Botox injections into various areas of the face are tremendously effective at reducing specific wrinkle areas, particularly around the eyes and forehead. While effective they are not necessarily pain-free. Despite using a very small 30 gauge size needle, some discomfort still exists with Botox injections. This has led to a variety of pain management strategies from ice to topical anesthetics to help make the injections as comfortable as possible.

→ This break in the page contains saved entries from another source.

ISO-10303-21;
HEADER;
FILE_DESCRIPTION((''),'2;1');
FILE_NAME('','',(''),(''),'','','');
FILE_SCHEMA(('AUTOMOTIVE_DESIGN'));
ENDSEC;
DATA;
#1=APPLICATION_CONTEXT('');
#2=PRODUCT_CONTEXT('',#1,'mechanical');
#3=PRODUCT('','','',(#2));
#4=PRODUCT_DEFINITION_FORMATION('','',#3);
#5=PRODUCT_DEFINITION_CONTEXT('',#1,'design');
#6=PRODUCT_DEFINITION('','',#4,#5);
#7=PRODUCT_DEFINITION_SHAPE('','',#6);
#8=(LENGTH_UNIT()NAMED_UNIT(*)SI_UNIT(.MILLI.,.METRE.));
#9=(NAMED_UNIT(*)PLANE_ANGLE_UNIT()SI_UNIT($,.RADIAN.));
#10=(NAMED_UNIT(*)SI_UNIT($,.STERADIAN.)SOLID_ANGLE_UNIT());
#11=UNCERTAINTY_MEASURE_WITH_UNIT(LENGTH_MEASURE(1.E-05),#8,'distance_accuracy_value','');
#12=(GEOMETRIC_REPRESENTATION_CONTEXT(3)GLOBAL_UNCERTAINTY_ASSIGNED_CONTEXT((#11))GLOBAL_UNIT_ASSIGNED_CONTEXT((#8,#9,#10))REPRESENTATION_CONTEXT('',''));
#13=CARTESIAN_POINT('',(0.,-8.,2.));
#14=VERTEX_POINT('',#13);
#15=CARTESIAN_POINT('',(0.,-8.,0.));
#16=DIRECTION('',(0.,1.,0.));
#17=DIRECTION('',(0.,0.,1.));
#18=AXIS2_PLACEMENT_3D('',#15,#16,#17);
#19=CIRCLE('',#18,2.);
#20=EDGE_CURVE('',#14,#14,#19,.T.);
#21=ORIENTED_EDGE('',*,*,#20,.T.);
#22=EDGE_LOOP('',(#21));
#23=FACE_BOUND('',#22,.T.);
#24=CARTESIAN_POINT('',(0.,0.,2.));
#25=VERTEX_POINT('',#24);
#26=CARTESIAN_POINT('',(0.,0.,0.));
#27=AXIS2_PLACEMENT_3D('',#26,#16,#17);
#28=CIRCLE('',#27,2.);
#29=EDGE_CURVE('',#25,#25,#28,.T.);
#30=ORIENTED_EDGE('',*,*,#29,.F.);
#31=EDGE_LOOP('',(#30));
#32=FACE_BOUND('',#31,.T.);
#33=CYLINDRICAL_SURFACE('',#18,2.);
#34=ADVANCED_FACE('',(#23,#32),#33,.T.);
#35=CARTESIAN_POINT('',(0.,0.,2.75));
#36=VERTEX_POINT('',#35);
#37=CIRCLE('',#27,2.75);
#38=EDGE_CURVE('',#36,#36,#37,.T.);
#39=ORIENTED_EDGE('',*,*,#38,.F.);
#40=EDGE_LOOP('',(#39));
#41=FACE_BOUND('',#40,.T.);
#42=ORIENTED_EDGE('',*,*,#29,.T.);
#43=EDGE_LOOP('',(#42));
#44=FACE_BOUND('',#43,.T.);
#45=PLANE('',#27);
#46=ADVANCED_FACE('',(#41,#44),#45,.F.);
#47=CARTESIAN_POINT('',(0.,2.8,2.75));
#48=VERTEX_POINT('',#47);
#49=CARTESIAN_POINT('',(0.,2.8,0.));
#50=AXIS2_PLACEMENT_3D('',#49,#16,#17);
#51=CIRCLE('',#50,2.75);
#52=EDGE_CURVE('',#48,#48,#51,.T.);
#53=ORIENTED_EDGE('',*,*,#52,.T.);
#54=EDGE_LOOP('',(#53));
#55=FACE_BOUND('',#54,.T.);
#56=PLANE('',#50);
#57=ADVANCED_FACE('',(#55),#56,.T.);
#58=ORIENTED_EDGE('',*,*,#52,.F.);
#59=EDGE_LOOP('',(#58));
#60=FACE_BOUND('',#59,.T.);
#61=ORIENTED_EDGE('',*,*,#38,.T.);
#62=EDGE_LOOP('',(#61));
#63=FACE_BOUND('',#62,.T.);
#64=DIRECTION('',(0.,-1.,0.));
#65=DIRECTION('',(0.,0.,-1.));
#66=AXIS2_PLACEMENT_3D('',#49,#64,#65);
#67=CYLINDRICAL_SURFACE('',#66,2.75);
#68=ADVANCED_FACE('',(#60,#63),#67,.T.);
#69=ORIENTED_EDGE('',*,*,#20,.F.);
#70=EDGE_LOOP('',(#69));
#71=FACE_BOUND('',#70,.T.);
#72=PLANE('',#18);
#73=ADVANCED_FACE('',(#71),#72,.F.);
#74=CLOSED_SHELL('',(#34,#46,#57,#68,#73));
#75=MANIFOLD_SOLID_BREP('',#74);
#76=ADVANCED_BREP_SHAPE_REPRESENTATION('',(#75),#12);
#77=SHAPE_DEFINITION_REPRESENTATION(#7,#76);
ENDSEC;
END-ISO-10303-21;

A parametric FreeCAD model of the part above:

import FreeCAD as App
import Part
import Sketcher
from FreeCAD import Vector

doc = App.newDocument("Part")
body = doc.addObject("PartDesign::Body", "Body")

sketch1 = body.newObject("Sketcher::SketchObject", "Sketch")
sketch1.AttachmentSupport = (doc.getObject("XZ_Plane"), [""])
sketch1.MapMode = "FlatFace"
sketch1.addGeometry(Part.Circle(Vector(0, 0, 0), Vector(0, 0, 1), 2.8), False)
sketch1.addConstraint([
    Sketcher.Constraint("Coincident", 0, 3, -1, 1),
    Sketcher.Constraint("Diameter", 0, 5.5),
])
pad1 = body.newObject("PartDesign::Pad", "Pad")
pad1.Profile = sketch1
pad1.Length = 2.8
pad1.Reversed = True

sketch2 = body.newObject("Sketcher::SketchObject", "Sketch001")
sketch2.AttachmentSupport = (doc.getObject("XZ_Plane"), [""])
sketch2.MapMode = "FlatFace"
sketch2.addGeometry(Part.Circle(Vector(0, 0, 0), Vector(0, 0, 1), 2), False)
sketch2.addConstraint([
    Sketcher.Constraint("Coincident", 0, 3, -1, 1),
    Sketcher.Constraint("Diameter", 0, 4.0),
])
pad2 = body.newObject("PartDesign::Pad", "Pad001")
pad2.Profile = sketch2
pad2.Length = 8

doc.recompute()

In the September 2015 issue of the JAMA Dermatology journal, an article appeared entitled ‘Pain Perception with Botulinum Toxin Type A Injections’. In this study the authors compared differences in the perception of pain with Botox injections using 30 vs 32 gauge needles. Twenty (20) patients were studied using a blinded randomized clinical trial approach for their glabellar and forehead wrinkles with one side of the forehead injected with a 30-gauge needle and the other side with a 32 gauge needle. Similar injections were also done in the arms. For facial injections, more pain was seen with the 30-gauge needles which were associated with more pain in 8 patients (40%) compared with the 32-gauge needles, which were associated with more pain in 3 patients (15%) Mean injection pain scores for the face were somewhat lower with the 32-gauge needle (3.4/10) than with the 30-gauge needle (4.15/10). The mean pain scores were lower for the arm injections (1.2 with the 32-gauge needle and 1.66 with the 30-gauge needle).
The study found that significant pain was almost 4X times more likely with facial injections with 30-gauge needles than with 32-gauge needles. This was different in the arms where there was very little if any differences in pain associated with the two needle sizes.
While this study is far from conclusive, it is logical to assume that the smaller the injection needle the less pain that may likely result from its use. While no injection can be absolutely pain free, use of 32-gauge needles may be as close as one can get. Because they are more expensive, however, many practices are likely to not routinuely use them and save them for the most pain-sensitive injection patients.